Anyways, good thing I wasnt hurt and good thing my LBS is solid and hooked me up with a replacement crankset for the time being. So, I am getting a new Hollowgram SL crankset sent to me asap (not sure if the upgrade was free, the lbs swallowed the cost, or if the retailer (middleman company) in canada is taking the hit - either way im getting an upgrade for free). 

I'll post pics of the failed spindle as soon as i can.

Still love cannondales though!

Keith


----------



## STARNUT (Jun 19, 2005)

cannondalekeith said:


> So, my mechanic at the LBS took apart my crankset and called me to come down and take a look. The spindle had suffered a complete and total failure! That is to say, there was a massive spiraling crack from one side of the spindle right across to the other.
> Apparently, this was do to some stress caused by the over cooking of the carbon/aluminum.
> 
> Anyways, good thing I wasnt hurt and good thing my LBS is solid and hooked me up with a replacement crankset for the time being. So, I am getting a new Hollowgram SL crankset sent to me asap (not sure if the upgrade was free, the lbs swallowed the cost, or if the retailer (middleman company) in canada is taking the hit - either way im getting an upgrade for free).
> ...


Thats what I call service! Both by your LBS and the importer. You need to buy you LBS guys a 6 pack. If they truely shipping you the Alloy hollowgram as a replacement thats about a $500 upgrade for free.......... not bad.

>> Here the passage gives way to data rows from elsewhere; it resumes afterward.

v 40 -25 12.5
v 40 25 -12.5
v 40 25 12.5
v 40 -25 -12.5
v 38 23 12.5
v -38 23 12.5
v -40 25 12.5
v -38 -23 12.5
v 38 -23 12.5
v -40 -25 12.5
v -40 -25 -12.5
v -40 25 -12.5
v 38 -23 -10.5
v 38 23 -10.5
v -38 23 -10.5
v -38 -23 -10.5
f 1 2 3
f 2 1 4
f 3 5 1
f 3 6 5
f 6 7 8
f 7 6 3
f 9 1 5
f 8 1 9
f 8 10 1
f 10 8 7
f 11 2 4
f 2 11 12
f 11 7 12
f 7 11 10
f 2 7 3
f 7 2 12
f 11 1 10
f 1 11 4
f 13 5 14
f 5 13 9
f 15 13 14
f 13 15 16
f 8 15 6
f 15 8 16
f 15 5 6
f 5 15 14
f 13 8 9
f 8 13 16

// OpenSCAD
// GHOST Parametric Model: sensor_enclosure
// Generated at 2026-11-10 21:27:17
width = 50;
length = 80;
height = 25;
wall = 2;

difference() {
    cube([length, width, height], center=true);
    translate([0, 0, wall])
        cube([length - (wall * 2), width - (wall * 2), height], center=true);
}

Either way, kuddos to your LBS.

Starnut


----------



## cannondalekeith (Dec 26, 2006)

Yeah, I'm lucky. I have always had a great relationship with my LBS and they are a great bunch. It's funny you mentioned beer cause I have some picked up for them already!

One of the benefits of dealing with your LBS instead of some faceless group on the interweb 

I'll let you know how it all works out in the end. 

Keith


----------



## zamboni (Sep 11, 2003)

You will enjoy the alum Si crank.


----------



## s2ktaxi (Jul 11, 2006)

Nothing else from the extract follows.